• INSTRUCTIONS TO FOLLOW:
Nothing outside the range below should be printed. Output exactly the lines from the line with "v30 (4.752514,279.4,6.35)" to the line with "Rebuilt in FreeCAD, every", both included.

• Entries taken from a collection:
---

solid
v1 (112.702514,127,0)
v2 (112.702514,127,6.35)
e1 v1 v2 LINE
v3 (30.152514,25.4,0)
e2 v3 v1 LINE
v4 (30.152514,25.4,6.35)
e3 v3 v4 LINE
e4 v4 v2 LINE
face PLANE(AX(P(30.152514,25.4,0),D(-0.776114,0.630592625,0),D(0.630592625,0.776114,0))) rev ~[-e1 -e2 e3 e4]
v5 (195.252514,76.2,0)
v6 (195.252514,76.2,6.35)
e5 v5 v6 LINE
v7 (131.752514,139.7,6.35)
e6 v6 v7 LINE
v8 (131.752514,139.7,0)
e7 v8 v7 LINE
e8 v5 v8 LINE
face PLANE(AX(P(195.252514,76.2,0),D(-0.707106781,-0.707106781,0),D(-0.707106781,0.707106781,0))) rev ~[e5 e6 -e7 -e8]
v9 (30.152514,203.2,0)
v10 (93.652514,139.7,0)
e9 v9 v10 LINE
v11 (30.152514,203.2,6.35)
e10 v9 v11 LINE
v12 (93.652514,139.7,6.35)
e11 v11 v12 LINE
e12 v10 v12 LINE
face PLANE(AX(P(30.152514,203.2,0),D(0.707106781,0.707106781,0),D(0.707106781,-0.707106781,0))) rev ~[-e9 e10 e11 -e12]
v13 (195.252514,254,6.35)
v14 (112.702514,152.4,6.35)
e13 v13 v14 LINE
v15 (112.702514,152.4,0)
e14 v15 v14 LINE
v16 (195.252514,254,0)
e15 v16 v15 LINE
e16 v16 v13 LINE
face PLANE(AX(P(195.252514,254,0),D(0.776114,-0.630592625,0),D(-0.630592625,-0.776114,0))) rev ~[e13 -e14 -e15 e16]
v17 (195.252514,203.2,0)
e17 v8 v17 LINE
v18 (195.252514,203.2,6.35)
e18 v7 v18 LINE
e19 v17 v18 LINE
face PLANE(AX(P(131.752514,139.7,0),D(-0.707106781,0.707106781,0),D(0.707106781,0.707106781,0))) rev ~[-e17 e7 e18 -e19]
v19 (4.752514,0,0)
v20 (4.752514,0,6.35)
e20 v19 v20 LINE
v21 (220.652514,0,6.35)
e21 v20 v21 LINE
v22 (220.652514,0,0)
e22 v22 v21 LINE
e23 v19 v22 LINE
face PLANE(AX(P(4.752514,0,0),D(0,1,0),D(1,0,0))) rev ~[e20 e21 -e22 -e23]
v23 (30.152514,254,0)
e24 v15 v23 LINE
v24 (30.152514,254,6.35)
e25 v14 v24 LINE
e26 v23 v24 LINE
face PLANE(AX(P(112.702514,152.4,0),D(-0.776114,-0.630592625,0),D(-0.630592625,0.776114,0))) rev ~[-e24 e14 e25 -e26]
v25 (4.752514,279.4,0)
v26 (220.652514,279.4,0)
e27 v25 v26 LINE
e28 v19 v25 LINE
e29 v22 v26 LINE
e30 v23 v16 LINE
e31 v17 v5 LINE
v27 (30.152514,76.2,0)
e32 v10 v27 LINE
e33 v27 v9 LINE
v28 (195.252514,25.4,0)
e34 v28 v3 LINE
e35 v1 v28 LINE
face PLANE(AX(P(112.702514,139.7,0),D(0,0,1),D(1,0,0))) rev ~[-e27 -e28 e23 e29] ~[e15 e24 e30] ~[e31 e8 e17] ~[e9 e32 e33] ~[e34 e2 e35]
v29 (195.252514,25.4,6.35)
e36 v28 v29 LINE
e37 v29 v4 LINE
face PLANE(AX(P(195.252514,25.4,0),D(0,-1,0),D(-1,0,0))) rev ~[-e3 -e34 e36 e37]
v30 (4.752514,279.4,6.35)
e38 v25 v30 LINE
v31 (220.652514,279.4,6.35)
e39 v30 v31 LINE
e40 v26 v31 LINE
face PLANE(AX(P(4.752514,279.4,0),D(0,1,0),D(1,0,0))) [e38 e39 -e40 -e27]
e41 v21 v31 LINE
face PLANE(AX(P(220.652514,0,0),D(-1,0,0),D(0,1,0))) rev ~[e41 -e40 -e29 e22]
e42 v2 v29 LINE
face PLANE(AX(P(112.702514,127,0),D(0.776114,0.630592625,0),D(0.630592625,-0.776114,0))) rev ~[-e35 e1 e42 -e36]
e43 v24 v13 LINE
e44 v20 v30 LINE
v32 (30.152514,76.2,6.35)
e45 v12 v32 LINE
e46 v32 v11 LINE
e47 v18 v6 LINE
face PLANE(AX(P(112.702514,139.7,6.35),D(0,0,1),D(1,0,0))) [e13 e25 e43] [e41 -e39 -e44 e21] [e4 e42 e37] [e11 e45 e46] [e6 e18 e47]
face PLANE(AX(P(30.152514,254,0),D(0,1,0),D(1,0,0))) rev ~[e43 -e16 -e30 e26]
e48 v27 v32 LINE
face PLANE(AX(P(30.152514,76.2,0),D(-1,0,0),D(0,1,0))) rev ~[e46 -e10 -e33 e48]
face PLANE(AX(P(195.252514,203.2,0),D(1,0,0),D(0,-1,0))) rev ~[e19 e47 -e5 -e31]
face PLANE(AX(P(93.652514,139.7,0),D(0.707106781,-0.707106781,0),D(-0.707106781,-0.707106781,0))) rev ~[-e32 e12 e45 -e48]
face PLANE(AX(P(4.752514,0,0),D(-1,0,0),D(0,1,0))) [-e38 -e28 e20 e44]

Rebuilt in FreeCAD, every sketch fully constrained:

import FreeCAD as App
import Part
import Sketcher

V = App.Vector
Q = App.Units.Quantity

doc = App.newDocument("Part")
body = doc.addObject("PartDesign::Body", "Body")

sketch1 = body.newObject("Sketcher::SketchObject", "Sketch")
sketch1.AttachmentSupport = (doc.getObject("XY_Plane"), [""])
sketch1.MapMode = "FlatFace"
sketch1.addGeometry([
    Part.LineSegment(V(5, 279, 0), V(5, 0, 0)),
    Part.LineSegment(V(5, 0, 0), V(221, 0, 0)),
    Part.LineSegment(V(221, 0, 0), V(221, 279, 0)),
    Part.LineSegment(V(221, 279, 0), V(5, 279, 0)),
    Part.LineSegment(V(195, 25, 0), V(30, 25, 0)),
    Part.LineSegment(V(30, 25, 0), V(113, 127, 0)),
    Part.LineSegment(V(113, 127, 0), V(195, 25, 0)),
    Part.LineSegment(V(94, 140, 0), V(30, 76, 0)),
    Part.LineSegment(V(30, 76, 0), V(30, 203, 0)),
    Part.LineSegment(V(30, 203, 0), V(94, 140, 0)),
    Part.LineSegment(V(195, 203, 0), V(195, 76, 0)),
    Part.LineSegment(V(195, 76, 0), V(132, 140, 0)),
    Part.LineSegment(V(132, 140, 0), V(195, 203, 0)),
    Part.LineSegment(V(195, 254, 0), V(113, 152, 0)),
    Part.LineSegment(V(113, 152, 0), V(30, 254, 0)),
    Part.LineSegment(V(30, 254, 0), V(195, 254, 0)),
], False)
sketch1.addConstraint([
    Sketcher.Constraint("Coincident", 0, 2, 1, 1),
    Sketcher.Constraint("Coincident", 1, 2, 2, 1),
    Sketcher.Constraint("Coincident", 2, 2, 3, 1),
    Sketcher.Constraint("Coincident", 3, 2, 0, 1),
    Sketcher.Constraint("Coincident", 4, 2, 5, 1),
    Sketcher.Constraint("Coincident", 5, 2, 6, 1),
    Sketcher.Constraint("Coincident", 6, 2, 4, 1),
    Sketcher.Constraint("Coincident", 7, 2, 8, 1),
    Sketcher.Constraint("Coincident", 8, 2, 9, 1),
    Sketcher.Constraint("Coincident", 9, 2, 7, 1),
    Sketcher.Constraint("Coincident", 10, 2, 11, 1),
    Sketcher.Constraint("Coincident", 11, 2, 12, 1),
    Sketcher.Constraint("Coincident", 12, 2, 10, 1),
    Sketcher.Constraint("Coincident", 13, 2, 14, 1),
    Sketcher.Constraint("Coincident", 14, 2, 15, 1),
    Sketcher.Constraint("Coincident", 15, 2, 13, 1),
    Sketcher.Constraint("Vertical", 0),
    Sketcher.Constraint("Horizontal", 1),
    Sketcher.Constraint("Vertical", 2),
    Sketcher.Constraint("Horizontal", 3),
    Sketcher.Constraint("Horizontal", 4),
    Sketcher.Constraint("Vertical", 8),
    Sketcher.Constraint("Vertical", 10),
    Sketcher.Constraint("Horizontal", 15),
    Sketcher.Constraint("PointOnObject", 0, 2, -1),
    Sketcher.Constraint("Perpendicular", 7, 9),
    Sketcher.Constraint("Parallel", 9, 11),
    Sketcher.Constraint("Perpendicular", 11, 12),
    Sketcher.Constraint("Parallel", 5, 13),
    Sketcher.Constraint("Parallel", 6, 14),
    Sketcher.Constraint("Horizontal", 7, 2, 10, 2),
    Sketcher.Constraint("Horizontal", 9, 2, 11, 2),
    Sketcher.Constraint("Horizontal", 8, 2, 12, 2),
    Sketcher.Constraint("Vertical", 4, 2, 7, 2),
    Sketcher.Constraint("Vertical", 6, 2, 10, 2),
    Sketcher.Constraint("Vertical", 5, 2, 13, 2),
    Sketcher.Constraint("Vertical", 8, 2, 14, 2),
    Sketcher.Constraint("Vertical", 12, 2, 15, 2),
    Sketcher.Constraint("DistanceY", 0, 2, 0, 1, Q("11 in")),
    Sketcher.Constraint("DistanceY", 8, 1, 8, 2, Q("5 in")),
    Sketcher.Constraint("DistanceX", 1, 1, 1, 2, Q("8.5 in")),
    Sketcher.Constraint("DistanceX", 4, 2, 4, 1, Q("6.5 in")),
    Sketcher.Constraint("DistanceY", -1, 1, 4, 2, Q("1 in")),
    Sketcher.Constraint("DistanceY", -1, 1, 5, 2, Q("5 in")),
    Sketcher.Constraint("DistanceY", -1, 1, 7, 2, Q("3 in")),
    Sketcher.Constraint("DistanceY", -1, 1, 13, 2, Q("6 in")),
    Sketcher.Constraint("DistanceX", 0, 2, 4, 2, Q("1 in")),
    Sketcher.Constraint("DistanceX", -1, 1, 0, 2, 4.752514),
])
pad1 = body.newObject("PartDesign::Pad", "Pad")
pad1.Profile = sketch1
pad1.Length = Q("0.25 in")

doc.recompute()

---

• SOLUTION BELOW:
v30 (4.752514,279.4,6.35)
e38 v25 v30 LINE
v31 (220.652514,279.4,6.35)
e39 v30 v31 LINE
e40 v26 v31 LINE
face PLANE(AX(P(4.752514,279.4,0),D(0,1,0),D(1,0,0))) [e38 e39 -e40 -e27]
e41 v21 v31 LINE
face PLANE(AX(P(220.652514,0,0),D(-1,0,0),D(0,1,0))) rev ~[e41 -e40 -e29 e22]
e42 v2 v29 LINE
face PLANE(AX(P(112.702514,127,0),D(0.776114,0.630592625,0),D(0.630592625,-0.776114,0))) rev ~[-e35 e1 e42 -e36]
e43 v24 v13 LINE
e44 v20 v30 LINE
v32 (30.152514,76.2,6.35)
e45 v12 v32 LINE
e46 v32 v11 LINE
e47 v18 v6 LINE
face PLANE(AX(P(112.702514,139.7,6.35),D(0,0,1),D(1,0,0))) [e13 e25 e43] [e41 -e39 -e44 e21] [e4 e42 e37] [e11 e45 e46] [e6 e18 e47]
face PLANE(AX(P(30.152514,254,0),D(0,1,0),D(1,0,0))) rev ~[e43 -e16 -e30 e26]
e48 v27 v32 LINE
face PLANE(AX(P(30.152514,76.2,0),D(-1,0,0),D(0,1,0))) rev ~[e46 -e10 -e33 e48]
face PLANE(AX(P(195.252514,203.2,0),D(1,0,0),D(0,-1,0))) rev ~[e19 e47 -e5 -e31]
face PLANE(AX(P(93.652514,139.7,0),D(0.707106781,-0.707106781,0),D(-0.707106781,-0.707106781,0))) rev ~[-e32 e12 e45 -e48]
face PLANE(AX(P(4.752514,0,0),D(-1,0,0),D(0,1,0))) [-e38 -e28 e20 e44]

Rebuilt in FreeCAD, every sketch fully constrained:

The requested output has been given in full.